Figure 1: Overview of Hopper’s architecture.

4. HOPPER’s Working Process

According to my understanding, HOPPER’s workflow can be described as below:

1. Fuzzer analyzes the function signatures in the library’s C-like header files to get the initial intra-API and inter-API constraints.
2. Fuzzer generates the initial DSL program, sending it to the interpreter.
3. Interpreter executes the DSL program, gets the feedback, and sends it back to the fuzzer.
4. Fuzzer analyzes the feedback and saves it to the seed pool, then mutates the program and minimizes input to construct a new DSL program.
5. Repeat steps 3-4 until the fuzzing test completes.

Figure 4: The workflow of input generation in Hopper.

5. Experiments & Results

1. Hopper outperformed MCFs and other library fuzzing approaches in terms of both code coverage and bug finding.
   • Specifically, Hopper detects 25 new bugs and 17 of them have been confirmed.
2. Hopper has the ability to learn intra-API constraints with high precision (96.51%) and recall (97.61%), while also being capable of speeding up the search process during fuzzing through the use of inter-API constraints.
3. With grammar-aware input fuzzing, Hopper synthesizes programs that satisfy both intra- and inter-API constraints.
   • Compared to MCFs, the programs generated by Hopper can explore a much broader range of API usages.

6. Discussion & Future Works

1. Multiple-dimensional Search Space in Input Generation: The multi-dimensional nature of API input space requires the input generation method of fuzzer to be improved.
2. Compatibility with C++ Libraries: It can’t support C++ library fuzzing now, to be addressed in future work.
3. False Positive Crashes: Lack of methods for adding users’ custom constraints, leading to false positive crashes like false API usages.

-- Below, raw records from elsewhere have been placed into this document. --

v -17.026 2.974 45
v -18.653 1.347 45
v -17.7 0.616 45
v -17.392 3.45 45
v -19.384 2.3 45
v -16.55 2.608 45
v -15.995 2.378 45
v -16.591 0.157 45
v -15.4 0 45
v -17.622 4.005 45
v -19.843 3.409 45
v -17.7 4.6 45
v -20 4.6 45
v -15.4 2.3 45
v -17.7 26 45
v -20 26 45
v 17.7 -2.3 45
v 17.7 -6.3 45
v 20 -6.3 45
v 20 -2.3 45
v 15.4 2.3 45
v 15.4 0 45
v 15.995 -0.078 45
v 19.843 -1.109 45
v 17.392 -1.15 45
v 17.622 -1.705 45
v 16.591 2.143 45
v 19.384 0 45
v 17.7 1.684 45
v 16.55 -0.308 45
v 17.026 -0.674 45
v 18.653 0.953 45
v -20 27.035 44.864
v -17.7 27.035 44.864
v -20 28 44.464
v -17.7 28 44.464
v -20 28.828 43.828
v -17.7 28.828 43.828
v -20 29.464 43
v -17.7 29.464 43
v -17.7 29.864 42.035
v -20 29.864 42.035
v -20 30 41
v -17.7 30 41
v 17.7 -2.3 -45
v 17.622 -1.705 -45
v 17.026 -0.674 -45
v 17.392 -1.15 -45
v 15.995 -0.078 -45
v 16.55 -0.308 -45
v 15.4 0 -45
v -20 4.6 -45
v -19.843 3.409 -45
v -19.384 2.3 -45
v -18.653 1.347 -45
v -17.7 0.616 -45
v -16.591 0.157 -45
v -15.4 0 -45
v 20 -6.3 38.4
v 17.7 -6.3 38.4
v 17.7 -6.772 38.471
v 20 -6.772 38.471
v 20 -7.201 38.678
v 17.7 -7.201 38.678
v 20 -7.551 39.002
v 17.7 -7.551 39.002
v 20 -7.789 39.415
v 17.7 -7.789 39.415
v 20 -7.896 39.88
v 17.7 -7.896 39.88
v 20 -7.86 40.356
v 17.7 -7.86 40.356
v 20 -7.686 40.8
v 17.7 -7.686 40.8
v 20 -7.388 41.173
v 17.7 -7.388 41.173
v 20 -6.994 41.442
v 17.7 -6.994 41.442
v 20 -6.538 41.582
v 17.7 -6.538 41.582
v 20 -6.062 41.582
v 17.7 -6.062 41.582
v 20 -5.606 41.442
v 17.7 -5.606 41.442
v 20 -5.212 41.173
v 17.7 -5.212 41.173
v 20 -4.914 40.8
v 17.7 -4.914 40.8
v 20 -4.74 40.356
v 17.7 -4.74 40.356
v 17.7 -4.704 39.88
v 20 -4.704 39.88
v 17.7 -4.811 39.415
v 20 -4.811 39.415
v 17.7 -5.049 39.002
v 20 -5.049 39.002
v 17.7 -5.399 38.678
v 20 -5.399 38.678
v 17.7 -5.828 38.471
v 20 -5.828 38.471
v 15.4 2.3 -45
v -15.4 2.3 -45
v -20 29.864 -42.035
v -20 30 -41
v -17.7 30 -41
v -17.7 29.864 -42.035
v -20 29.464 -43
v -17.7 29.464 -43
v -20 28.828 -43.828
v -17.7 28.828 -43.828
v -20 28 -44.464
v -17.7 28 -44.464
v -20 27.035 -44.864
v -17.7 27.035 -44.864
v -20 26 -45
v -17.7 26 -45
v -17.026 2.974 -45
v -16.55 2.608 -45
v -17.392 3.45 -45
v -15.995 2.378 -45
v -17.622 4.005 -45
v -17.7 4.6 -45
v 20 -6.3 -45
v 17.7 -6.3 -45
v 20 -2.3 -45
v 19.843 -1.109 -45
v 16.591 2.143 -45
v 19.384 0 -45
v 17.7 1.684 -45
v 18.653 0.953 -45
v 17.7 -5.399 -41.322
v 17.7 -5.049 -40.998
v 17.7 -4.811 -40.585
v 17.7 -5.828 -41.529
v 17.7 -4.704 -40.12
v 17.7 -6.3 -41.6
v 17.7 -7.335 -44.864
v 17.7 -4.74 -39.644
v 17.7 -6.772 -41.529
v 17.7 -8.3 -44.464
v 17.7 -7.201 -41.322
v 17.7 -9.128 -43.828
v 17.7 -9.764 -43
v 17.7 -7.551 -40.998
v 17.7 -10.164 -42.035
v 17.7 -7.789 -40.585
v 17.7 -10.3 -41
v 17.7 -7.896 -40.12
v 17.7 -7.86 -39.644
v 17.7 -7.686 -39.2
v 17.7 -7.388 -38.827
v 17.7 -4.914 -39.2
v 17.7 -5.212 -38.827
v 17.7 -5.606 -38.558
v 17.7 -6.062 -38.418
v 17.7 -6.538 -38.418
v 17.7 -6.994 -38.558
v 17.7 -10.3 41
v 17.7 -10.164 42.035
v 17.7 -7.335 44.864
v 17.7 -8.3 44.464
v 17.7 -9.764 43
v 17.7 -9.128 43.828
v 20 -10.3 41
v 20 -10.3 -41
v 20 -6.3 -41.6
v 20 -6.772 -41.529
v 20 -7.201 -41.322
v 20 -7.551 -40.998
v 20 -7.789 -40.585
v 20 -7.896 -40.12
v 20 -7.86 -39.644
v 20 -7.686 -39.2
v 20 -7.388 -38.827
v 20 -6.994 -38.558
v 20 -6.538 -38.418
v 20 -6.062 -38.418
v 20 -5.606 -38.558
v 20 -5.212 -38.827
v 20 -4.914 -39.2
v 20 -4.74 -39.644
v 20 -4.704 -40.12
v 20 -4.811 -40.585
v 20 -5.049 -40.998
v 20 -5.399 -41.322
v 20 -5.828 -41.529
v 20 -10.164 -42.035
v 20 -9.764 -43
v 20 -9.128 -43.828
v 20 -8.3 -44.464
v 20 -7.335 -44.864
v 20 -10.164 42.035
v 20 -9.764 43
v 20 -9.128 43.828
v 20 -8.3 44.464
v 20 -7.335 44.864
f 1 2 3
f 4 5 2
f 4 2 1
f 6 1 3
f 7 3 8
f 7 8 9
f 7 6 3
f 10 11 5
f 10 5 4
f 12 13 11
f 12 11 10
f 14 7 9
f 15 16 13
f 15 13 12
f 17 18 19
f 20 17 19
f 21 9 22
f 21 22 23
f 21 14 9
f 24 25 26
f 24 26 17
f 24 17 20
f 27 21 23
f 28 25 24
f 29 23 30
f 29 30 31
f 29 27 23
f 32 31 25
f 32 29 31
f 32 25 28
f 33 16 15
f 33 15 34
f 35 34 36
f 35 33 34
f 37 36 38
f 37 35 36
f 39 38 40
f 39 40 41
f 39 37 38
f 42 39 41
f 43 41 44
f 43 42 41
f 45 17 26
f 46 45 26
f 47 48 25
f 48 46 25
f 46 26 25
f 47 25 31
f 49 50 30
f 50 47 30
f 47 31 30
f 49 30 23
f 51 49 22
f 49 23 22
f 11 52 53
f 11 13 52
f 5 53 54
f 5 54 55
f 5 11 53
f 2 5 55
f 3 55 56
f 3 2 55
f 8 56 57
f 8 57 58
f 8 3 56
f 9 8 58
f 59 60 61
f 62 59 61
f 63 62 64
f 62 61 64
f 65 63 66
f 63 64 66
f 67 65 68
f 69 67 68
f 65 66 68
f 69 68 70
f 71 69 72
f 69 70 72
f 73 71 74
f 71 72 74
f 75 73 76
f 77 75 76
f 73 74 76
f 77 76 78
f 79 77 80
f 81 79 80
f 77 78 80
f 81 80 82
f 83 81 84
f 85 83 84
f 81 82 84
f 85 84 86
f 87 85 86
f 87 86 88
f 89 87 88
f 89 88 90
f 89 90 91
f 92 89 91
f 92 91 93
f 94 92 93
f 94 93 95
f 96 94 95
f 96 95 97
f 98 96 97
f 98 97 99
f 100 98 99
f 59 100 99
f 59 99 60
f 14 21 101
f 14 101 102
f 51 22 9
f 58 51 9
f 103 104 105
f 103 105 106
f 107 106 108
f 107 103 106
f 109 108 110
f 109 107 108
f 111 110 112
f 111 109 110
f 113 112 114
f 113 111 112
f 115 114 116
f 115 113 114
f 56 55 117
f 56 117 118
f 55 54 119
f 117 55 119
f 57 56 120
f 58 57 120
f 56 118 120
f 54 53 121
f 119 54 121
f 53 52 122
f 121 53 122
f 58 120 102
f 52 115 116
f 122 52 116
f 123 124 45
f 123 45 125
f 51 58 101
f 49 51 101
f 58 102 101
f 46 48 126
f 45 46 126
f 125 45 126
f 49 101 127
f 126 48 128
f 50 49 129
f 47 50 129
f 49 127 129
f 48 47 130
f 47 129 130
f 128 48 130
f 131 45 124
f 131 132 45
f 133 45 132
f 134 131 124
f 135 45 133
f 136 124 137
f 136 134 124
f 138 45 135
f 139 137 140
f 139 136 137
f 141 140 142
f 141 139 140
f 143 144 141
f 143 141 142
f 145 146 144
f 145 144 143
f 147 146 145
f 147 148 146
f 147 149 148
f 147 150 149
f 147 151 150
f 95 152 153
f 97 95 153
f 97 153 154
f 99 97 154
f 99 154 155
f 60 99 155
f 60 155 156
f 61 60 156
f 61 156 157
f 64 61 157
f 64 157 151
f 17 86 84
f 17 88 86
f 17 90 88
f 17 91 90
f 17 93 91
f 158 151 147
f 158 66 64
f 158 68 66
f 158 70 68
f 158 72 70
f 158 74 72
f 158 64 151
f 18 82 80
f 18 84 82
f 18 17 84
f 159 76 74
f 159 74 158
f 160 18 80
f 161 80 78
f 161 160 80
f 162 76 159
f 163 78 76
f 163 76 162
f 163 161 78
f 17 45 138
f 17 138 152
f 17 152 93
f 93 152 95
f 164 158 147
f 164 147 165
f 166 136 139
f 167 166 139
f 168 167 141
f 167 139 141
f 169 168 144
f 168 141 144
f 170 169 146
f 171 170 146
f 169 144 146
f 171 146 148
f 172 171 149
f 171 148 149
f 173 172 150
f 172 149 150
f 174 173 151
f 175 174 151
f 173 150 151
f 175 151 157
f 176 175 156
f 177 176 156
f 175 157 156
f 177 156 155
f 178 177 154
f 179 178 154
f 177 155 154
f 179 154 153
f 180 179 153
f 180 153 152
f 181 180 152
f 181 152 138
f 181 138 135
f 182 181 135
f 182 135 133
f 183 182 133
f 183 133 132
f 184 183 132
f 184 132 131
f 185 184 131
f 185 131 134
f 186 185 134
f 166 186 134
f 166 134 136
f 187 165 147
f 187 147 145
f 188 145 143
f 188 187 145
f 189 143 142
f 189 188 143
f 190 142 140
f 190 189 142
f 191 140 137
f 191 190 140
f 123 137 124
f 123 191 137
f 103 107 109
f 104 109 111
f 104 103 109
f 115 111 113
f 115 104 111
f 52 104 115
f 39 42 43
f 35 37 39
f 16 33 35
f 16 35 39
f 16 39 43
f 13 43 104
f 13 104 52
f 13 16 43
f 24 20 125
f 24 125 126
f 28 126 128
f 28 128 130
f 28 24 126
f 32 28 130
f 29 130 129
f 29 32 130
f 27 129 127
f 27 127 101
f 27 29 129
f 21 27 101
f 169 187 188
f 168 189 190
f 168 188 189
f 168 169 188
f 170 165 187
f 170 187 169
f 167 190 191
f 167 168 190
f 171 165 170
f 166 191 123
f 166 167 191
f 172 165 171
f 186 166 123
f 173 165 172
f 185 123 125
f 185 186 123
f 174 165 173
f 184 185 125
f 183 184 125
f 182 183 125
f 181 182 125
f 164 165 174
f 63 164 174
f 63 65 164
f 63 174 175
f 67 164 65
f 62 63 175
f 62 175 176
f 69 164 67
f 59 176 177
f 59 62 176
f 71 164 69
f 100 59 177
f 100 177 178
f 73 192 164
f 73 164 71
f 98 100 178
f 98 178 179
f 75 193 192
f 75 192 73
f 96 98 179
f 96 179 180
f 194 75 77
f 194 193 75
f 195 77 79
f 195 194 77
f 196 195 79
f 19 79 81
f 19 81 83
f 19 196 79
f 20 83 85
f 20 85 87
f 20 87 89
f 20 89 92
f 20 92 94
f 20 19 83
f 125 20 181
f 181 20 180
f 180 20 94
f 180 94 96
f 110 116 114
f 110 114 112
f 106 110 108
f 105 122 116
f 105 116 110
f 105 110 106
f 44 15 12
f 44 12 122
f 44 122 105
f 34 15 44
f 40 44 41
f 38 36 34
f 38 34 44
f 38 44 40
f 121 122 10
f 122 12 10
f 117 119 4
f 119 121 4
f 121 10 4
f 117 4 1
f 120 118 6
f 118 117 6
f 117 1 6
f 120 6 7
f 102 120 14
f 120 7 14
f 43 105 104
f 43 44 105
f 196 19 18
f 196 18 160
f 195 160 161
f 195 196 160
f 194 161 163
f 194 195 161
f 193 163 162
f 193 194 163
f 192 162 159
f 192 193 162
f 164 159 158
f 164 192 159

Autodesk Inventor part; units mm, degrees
ref_plane "YZ Plane" through (0, 0, 0) normal (1, 0, 0) x (0, 1, 0)
ref_plane "XZ Plane" through (0, 0, 0) normal (0, 1, 0) x (-1, 0, 0)
ref_plane "XY Plane" through (0, 0, 0) normal (0, 0, 1) x (1, 0, 0)
sketch "スケッチ1" plane through (0, 0, 0) normal (0, 1, 0) x (-1, 0, 0)
  line L0 (-20, 45) -> (20, 45)
  line L1 (20, 45) -> (20, -45)
  line L2 (20, -45) -> (-20, -45)
  line L3 (-20, -45) -> (-20, 45)
  line L4 (-20, 45) -> (20, -45) construction
  line L5 (20, 45) -> (-20, -45) construction
  point P0 (0, 0)
  dimension "d0" = 90
  dimension "d1" = 40
extrude "プレート1" add sketch "スケッチ1" along normal blind 2.3
sketch "スケッチ2" plane through (17.7, 2.3, 45) normal (1, 0, 0) x (0, 1, 0)
  line L0 (0, -90) -> (0, 0)
  line L1 (0, 0) -> (-12.6, 0)
  line L2 (-12.6, 0) -> (-12.6, -90)
  line L3 (-12.6, -90) -> (0, -90)
edge flange "フランジ1" height 12.6 angle 90 thickness 2.3 bend radius 2.3 thickness toward (1, 0, 0) relief tear relief width 2.3 relief depth 1.15 edges at (20, 0, 0) wall of the first edge with corners at (17.7, 2.3, -45) (17.7, 2.3, 45) (17.7, -10.3, 45) (17.7, -10.3, -45)
bend "曲げ1"
corner "コーナー1"
sketch "スケッチ3" plane through (-17.7, 0, 45) normal (-1, 0, 0) x (0, -1, 0)
  line L0 (0, -90) -> (0, 0)
  line L1 (0, 0) -> (-30, 0)
  line L2 (-30, 0) -> (-30, -90)
  line L3 (-30, -90) -> (0, -90)
edge flange "フランジ2" height 30 angle 90 thickness 2.3 bend radius 2.3 thickness toward (-1, 0, 0) relief tear relief width 2.3 relief depth 1.15 edges at (-20, 2.3, 0) wall of the first edge with corners at (-17.7, 0, -45) (-17.7, 0, 45) (-17.7, 30, 45) (-17.7, 30, -45)
bend "曲げ2"
corner "コーナー2"
sketch "スケッチ4" plane through (20, -10.3, 45) normal (1, 0, 0) x (0, 0, -1)
  line L0 (90, 0) -> (0, 0) projected
  line L1 (0, 0) -> (0, 8) projected
  point P0 (45, 10.3)
  point P1 (5, 4)
  point P2 (85, 4)
  dimension "d23" = 4
  dimension "d24" = 80
  dimension "d25" = 5
hole "穴1" at (20, -6.3, 40) at (20, -6.3, -40) direction (-1, 0, 0) diameter 3.2 depth 2.3 tip angle 118 clearance for "Flat Head Machine Screw" size "M3" standard "Ansi Metric M Profile"
fillet "コーナーR1" radius 4 4 edges at (18.85, -10.3, 45) (18.85, -10.3, -45) (-18.85, 30, -45) (-18.85, 30, 45)
equation "\"d31\" = Thickness"
equation "\"d2\" = Thickness"
equation "\"d3\" = BendReliefWidth"
equation "\"d4\" = BendReliefDepth"
equation "\"d5\" = MinimumRemnant"
equation "\"d6\" = TransitionRadius"
equation "\"d9\" = BendRadius"
equation "\"d10\" = CornerReliefSize"
equation "\"d11\" = GapSize"
equation "\"d12\" = JacobiRadiusSize"
equation "\"d13\" = BendReliefWidth"
equation "\"d14\" = BendReliefDepth"
equation "\"d15\" = MinimumRemnant"
equation "\"d16\" = TransitionRadius"
equation "\"d19\" = BendRadius"
equation "\"d20\" = CornerReliefSize"
equation "\"d21\" = GapSize"
equation "\"d22\" = JacobiRadiusSize"
equation "\"BendRadius\" = Thickness"
equation "\"BendReliefWidth\" = Thickness"
equation "\"BendReliefDepth\" = 0.5 * Thickness"
equation "\"CornerReliefSize\" = 4 * Thickness"
equation "\"MinimumRemnant\" = 2 * Thickness"
equation "\"TransitionRadius\" = BendRadius"
equation "\"JacobiRadiusSize\" = BendRadius"
equation "\"GapSize\" = Thickness"
equation "\"Thickness\" = 2.3"
properties part number "plate7" material "鋼、炭素鋼"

7. Related Works & Reading Plan

1. (Reading) (Literature Review) Zhu X, Wen S, Camtepe S, et al. Fuzzing: a survey for roadmap[J]. ACM Computing Surveys (CSUR), 2022, 54(11s): 1-36.
2. (Reading) (Literature Review) Li J, Zhao B, Zhang C. Fuzzing: a survey[J]. Cybersecurity, 2018, 1: 1-13.
3. (To be read) Ispoglou K, Austin D, Mohan V, et al. FuzzGen: Automatic fuzzer generation[C]//29th USENIX Security Symposium (USENIX Security 20). 2020: 2271-2287.
4. (To be read) Green H, Avgerinos T. GraphFuzz: library API fuzzing with lifetime-aware dataflow graphs[C]//Proceedings of the 44th International Conference on Software Engineering. 2022: 1070-1081.

8. Source Code

HOPPER GitHub Repository

Source code reading is challenging for me now since I’ve never learned Rust and the source code itself has a lot of files, which makes the project structure more ambiguous, but I’ll still try to read it slowly.
Maybe I should learn Rust first?

9. Questions after Reading

1. Does HOPPER just circularly record the interpreter’s feedback and generate new DSL programs according to the feedback each epoch to implement its constraint learning mechanism?
   Does HOPPER integrate more constraint learning methods?
2. Does HOPPER need to compile the original API source code called in the DSL program after it generates the DSL program?
   Does HOPPER use compile-in instrumentation method or external instrumentation method?
3. Several literature have mentioned AFL as a classic benchmark for fuzz testing.
   Should I read/learn AFL’s source code first?